__Work item__:
Word for word, transcribe the data below from the line with "#2=PRODUCT_CONTEXT('',#1,'mechanical');" to the line with "#20=EDGE_CURVE('',#14,#14,#19,.T.);", keeping both of those lines.

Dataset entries
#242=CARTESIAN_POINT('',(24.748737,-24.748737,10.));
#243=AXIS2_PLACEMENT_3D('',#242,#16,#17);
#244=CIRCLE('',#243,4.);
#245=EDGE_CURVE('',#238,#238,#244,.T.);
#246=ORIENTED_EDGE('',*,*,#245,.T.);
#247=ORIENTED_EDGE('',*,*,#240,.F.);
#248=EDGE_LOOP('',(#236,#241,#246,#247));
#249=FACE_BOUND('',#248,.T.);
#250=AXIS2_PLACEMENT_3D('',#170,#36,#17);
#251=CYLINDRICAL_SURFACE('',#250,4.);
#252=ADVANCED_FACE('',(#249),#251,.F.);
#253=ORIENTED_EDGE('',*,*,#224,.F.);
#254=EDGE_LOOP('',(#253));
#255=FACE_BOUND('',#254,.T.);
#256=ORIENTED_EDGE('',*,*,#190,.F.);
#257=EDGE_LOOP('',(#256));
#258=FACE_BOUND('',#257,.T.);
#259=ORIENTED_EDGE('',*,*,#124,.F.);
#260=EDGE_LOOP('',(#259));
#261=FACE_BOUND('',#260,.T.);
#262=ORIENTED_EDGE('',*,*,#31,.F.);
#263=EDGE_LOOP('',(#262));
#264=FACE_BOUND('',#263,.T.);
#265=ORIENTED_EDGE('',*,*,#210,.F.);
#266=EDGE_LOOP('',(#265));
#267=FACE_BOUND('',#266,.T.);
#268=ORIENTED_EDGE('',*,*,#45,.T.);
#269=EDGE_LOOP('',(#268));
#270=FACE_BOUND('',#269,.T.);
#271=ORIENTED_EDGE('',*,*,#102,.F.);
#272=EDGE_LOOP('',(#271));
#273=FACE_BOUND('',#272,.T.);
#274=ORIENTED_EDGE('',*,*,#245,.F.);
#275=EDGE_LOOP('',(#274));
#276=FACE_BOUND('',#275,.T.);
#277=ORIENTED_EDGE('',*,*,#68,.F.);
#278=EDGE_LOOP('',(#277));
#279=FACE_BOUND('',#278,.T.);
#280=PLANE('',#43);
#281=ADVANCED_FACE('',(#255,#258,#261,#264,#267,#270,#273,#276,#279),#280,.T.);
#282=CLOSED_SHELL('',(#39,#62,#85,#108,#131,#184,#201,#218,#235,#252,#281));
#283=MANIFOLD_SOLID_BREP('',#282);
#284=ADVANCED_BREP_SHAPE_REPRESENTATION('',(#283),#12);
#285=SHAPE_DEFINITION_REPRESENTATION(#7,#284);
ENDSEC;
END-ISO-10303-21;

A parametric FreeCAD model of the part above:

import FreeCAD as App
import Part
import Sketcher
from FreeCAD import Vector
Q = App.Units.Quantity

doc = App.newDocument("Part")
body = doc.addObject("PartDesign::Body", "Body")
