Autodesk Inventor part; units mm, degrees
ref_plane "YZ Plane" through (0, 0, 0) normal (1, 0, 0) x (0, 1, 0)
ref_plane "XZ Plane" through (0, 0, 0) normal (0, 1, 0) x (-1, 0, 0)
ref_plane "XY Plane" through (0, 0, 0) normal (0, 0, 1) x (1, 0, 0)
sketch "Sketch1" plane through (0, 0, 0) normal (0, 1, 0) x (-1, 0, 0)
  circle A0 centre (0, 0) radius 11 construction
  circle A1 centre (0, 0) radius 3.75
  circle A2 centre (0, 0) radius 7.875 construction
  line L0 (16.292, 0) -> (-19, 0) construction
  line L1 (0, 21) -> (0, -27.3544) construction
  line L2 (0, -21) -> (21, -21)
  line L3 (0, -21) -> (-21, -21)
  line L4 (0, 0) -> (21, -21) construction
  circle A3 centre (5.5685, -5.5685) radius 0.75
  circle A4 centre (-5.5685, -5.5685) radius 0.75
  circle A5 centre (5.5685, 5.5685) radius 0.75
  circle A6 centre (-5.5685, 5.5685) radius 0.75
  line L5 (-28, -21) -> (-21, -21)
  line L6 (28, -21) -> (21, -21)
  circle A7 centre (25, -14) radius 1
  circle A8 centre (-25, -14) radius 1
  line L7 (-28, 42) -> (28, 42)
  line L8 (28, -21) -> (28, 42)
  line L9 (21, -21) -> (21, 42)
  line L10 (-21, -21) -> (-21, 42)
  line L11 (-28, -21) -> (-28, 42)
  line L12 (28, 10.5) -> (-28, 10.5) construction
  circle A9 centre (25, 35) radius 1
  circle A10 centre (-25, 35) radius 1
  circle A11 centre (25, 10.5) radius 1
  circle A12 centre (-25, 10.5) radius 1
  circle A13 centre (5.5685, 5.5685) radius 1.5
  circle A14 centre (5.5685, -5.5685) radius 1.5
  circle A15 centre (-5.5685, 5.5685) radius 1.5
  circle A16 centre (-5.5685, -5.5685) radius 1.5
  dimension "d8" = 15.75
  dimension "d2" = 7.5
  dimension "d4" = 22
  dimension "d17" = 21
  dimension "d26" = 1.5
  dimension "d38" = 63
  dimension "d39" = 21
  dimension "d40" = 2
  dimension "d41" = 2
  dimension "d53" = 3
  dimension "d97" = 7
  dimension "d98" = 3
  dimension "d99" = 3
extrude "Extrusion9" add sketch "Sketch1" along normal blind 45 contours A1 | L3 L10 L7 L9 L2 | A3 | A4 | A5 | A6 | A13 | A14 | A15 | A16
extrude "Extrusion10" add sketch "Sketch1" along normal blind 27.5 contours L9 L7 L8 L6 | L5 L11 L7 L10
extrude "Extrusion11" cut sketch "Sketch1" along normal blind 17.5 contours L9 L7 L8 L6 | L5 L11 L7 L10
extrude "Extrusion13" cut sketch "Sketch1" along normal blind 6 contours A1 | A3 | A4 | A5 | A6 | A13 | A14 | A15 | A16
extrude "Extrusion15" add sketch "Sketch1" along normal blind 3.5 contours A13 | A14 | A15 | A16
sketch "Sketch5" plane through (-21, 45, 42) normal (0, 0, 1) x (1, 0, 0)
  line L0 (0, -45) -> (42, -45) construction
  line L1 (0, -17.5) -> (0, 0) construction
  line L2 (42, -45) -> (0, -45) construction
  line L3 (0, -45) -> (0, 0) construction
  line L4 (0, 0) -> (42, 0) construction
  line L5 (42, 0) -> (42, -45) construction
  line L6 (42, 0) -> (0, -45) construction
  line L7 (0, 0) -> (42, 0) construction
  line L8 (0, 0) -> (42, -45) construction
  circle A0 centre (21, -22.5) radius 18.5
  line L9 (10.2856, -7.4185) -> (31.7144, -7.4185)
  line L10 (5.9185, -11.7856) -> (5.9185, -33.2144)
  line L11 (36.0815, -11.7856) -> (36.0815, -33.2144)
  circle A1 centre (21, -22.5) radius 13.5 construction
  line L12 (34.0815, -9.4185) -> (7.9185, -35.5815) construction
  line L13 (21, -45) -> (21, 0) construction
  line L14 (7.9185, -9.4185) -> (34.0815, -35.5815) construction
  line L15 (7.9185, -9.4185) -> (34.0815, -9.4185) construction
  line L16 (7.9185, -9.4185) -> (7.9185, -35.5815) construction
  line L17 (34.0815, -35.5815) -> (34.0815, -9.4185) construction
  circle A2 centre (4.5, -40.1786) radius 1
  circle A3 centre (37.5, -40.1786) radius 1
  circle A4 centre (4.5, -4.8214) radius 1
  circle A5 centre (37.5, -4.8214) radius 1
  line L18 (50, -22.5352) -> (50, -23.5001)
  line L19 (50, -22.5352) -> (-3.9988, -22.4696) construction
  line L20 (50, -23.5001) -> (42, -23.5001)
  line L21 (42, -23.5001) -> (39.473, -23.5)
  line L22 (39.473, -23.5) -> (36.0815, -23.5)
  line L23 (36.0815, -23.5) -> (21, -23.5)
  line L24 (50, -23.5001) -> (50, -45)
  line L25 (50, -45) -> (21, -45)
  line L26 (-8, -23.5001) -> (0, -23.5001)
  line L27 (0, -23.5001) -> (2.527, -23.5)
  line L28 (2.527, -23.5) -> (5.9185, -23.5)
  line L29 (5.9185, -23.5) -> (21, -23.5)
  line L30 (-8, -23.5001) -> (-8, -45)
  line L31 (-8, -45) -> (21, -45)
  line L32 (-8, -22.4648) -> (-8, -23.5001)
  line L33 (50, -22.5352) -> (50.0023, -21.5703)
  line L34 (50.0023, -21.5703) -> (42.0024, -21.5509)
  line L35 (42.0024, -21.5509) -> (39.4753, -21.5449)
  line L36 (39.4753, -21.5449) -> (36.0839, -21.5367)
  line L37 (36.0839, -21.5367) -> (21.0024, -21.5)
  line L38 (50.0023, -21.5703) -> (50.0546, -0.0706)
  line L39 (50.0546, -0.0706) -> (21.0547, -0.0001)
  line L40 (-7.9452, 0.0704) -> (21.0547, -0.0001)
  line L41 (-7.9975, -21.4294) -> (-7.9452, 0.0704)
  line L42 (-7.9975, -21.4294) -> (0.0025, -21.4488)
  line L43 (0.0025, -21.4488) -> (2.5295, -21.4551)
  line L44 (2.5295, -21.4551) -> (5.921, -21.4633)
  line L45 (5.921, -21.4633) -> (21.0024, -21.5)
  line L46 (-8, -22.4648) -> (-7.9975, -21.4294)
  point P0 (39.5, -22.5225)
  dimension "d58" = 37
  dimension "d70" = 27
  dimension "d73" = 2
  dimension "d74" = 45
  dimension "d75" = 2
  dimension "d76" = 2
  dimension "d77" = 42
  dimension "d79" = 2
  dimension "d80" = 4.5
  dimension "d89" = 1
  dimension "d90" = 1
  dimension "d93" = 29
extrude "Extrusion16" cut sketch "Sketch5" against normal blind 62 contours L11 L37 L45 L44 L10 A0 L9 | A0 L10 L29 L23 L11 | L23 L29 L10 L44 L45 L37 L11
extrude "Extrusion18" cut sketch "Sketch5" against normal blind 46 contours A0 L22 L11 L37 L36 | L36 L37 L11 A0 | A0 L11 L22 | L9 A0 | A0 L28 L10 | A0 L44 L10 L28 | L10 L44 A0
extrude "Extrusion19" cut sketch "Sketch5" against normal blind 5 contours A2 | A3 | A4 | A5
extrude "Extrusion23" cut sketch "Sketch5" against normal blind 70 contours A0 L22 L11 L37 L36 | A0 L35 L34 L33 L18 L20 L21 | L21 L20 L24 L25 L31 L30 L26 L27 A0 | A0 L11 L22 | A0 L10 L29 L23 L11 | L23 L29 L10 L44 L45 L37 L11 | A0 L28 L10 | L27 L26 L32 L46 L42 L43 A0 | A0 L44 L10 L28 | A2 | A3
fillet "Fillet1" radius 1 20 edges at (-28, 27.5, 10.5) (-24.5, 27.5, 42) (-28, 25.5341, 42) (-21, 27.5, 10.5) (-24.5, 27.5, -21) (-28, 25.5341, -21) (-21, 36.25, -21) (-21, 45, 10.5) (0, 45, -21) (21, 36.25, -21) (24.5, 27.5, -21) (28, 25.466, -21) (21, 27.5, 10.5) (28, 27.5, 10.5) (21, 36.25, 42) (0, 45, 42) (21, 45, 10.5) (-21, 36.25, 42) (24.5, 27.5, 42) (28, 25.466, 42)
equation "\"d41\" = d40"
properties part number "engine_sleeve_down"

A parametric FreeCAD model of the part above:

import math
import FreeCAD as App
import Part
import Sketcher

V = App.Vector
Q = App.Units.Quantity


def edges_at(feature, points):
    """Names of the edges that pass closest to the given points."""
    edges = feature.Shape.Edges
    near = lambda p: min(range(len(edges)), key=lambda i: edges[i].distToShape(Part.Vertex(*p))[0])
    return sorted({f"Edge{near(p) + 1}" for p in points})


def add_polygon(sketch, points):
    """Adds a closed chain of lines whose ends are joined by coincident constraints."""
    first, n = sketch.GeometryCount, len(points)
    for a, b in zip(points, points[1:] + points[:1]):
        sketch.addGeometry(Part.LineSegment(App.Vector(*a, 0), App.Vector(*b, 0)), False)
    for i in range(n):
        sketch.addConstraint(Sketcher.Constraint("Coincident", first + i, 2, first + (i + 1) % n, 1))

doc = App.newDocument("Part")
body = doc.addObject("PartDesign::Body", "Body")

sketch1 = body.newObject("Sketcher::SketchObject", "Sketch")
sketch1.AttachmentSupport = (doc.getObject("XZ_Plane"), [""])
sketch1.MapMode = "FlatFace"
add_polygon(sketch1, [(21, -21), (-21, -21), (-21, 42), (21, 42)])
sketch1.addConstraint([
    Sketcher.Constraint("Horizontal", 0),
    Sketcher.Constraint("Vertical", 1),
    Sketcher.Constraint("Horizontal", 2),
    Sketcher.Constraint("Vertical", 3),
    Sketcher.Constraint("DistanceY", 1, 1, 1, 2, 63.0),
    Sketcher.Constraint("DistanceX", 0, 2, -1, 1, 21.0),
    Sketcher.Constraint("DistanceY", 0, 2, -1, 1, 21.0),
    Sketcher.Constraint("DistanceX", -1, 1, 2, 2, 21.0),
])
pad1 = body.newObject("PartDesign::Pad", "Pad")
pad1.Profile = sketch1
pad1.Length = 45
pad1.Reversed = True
==
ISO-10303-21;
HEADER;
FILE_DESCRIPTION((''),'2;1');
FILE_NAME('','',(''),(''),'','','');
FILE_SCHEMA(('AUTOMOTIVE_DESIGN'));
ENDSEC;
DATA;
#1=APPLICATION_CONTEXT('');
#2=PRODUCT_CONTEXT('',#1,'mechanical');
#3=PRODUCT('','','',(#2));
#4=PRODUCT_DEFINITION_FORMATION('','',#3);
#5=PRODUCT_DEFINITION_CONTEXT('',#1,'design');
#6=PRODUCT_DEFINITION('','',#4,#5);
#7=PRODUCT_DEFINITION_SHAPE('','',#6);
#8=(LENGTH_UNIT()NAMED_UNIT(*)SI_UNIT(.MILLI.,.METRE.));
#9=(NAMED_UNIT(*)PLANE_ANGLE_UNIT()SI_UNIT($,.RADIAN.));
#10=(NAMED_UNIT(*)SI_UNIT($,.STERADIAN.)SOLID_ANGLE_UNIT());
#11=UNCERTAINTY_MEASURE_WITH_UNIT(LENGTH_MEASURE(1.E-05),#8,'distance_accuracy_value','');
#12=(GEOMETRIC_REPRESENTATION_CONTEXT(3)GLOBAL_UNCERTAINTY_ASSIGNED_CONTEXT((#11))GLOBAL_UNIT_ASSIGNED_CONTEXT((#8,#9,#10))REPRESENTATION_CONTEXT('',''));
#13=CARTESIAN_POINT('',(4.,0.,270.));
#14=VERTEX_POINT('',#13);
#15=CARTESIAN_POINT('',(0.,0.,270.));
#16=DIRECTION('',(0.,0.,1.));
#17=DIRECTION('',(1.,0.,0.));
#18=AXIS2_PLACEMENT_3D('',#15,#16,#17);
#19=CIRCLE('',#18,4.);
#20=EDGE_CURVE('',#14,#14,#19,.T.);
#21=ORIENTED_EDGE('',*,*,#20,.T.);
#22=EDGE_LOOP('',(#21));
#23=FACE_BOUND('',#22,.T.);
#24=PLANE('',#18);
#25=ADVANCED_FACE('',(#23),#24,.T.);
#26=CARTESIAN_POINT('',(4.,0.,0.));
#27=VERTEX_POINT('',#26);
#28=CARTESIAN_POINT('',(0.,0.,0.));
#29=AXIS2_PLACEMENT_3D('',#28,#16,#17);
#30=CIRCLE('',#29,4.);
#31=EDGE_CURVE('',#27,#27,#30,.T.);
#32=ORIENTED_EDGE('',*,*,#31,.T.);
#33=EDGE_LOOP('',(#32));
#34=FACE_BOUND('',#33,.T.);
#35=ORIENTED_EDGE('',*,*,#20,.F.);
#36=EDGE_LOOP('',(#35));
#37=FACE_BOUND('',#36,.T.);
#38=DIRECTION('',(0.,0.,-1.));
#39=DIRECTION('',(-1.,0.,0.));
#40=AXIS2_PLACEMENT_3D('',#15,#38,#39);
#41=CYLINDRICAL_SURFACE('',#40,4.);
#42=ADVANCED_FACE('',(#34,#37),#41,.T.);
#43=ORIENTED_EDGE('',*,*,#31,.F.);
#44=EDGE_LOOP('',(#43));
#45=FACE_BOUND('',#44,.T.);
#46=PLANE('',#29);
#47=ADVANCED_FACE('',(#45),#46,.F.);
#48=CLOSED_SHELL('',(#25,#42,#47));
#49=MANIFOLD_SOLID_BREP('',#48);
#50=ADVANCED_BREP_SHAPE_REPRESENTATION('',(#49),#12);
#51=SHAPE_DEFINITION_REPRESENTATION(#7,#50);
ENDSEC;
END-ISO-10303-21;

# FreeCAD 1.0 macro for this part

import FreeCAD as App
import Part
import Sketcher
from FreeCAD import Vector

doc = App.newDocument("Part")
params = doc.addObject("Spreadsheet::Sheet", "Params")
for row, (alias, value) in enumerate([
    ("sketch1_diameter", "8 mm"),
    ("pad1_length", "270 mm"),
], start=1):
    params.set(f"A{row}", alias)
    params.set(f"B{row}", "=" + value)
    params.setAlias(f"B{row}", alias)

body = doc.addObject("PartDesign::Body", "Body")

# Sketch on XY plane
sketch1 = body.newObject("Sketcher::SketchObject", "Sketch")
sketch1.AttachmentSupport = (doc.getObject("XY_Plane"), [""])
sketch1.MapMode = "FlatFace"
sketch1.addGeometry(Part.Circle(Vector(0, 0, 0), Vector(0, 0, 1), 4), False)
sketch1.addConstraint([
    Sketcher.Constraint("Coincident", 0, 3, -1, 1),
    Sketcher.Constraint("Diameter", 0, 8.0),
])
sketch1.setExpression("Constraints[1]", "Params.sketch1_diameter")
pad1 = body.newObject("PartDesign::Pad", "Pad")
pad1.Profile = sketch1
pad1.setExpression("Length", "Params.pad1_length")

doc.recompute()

__Response to the task__:
#2=PRODUCT_CONTEXT('',#1,'mechanical');
#3=PRODUCT('','','',(#2));
#4=PRODUCT_DEFINITION_FORMATION('','',#3);
#5=PRODUCT_DEFINITION_CONTEXT('',#1,'design');
#6=PRODUCT_DEFINITION('','',#4,#5);
#7=PRODUCT_DEFINITION_SHAPE('','',#6);
#8=(LENGTH_UNIT()NAMED_UNIT(*)SI_UNIT(.MILLI.,.METRE.));
#9=(NAMED_UNIT(*)PLANE_ANGLE_UNIT()SI_UNIT($,.RADIAN.));
#10=(NAMED_UNIT(*)SI_UNIT($,.STERADIAN.)SOLID_ANGLE_UNIT());
#11=UNCERTAINTY_MEASURE_WITH_UNIT(LENGTH_MEASURE(1.E-05),#8,'distance_accuracy_value','');
#12=(GEOMETRIC_REPRESENTATION_CONTEXT(3)GLOBAL_UNCERTAINTY_ASSIGNED_CONTEXT((#11))GLOBAL_UNIT_ASSIGNED_CONTEXT((#8,#9,#10))REPRESENTATION_CONTEXT('',''));
#13=CARTESIAN_POINT('',(4.,0.,270.));
#14=VERTEX_POINT('',#13);
#15=CARTESIAN_POINT('',(0.,0.,270.));
#16=DIRECTION('',(0.,0.,1.));
#17=DIRECTION('',(1.,0.,0.));
#18=AXIS2_PLACEMENT_3D('',#15,#16,#17);
#19=CIRCLE('',#18,4.);
#20=EDGE_CURVE('',#14,#14,#19,.T.);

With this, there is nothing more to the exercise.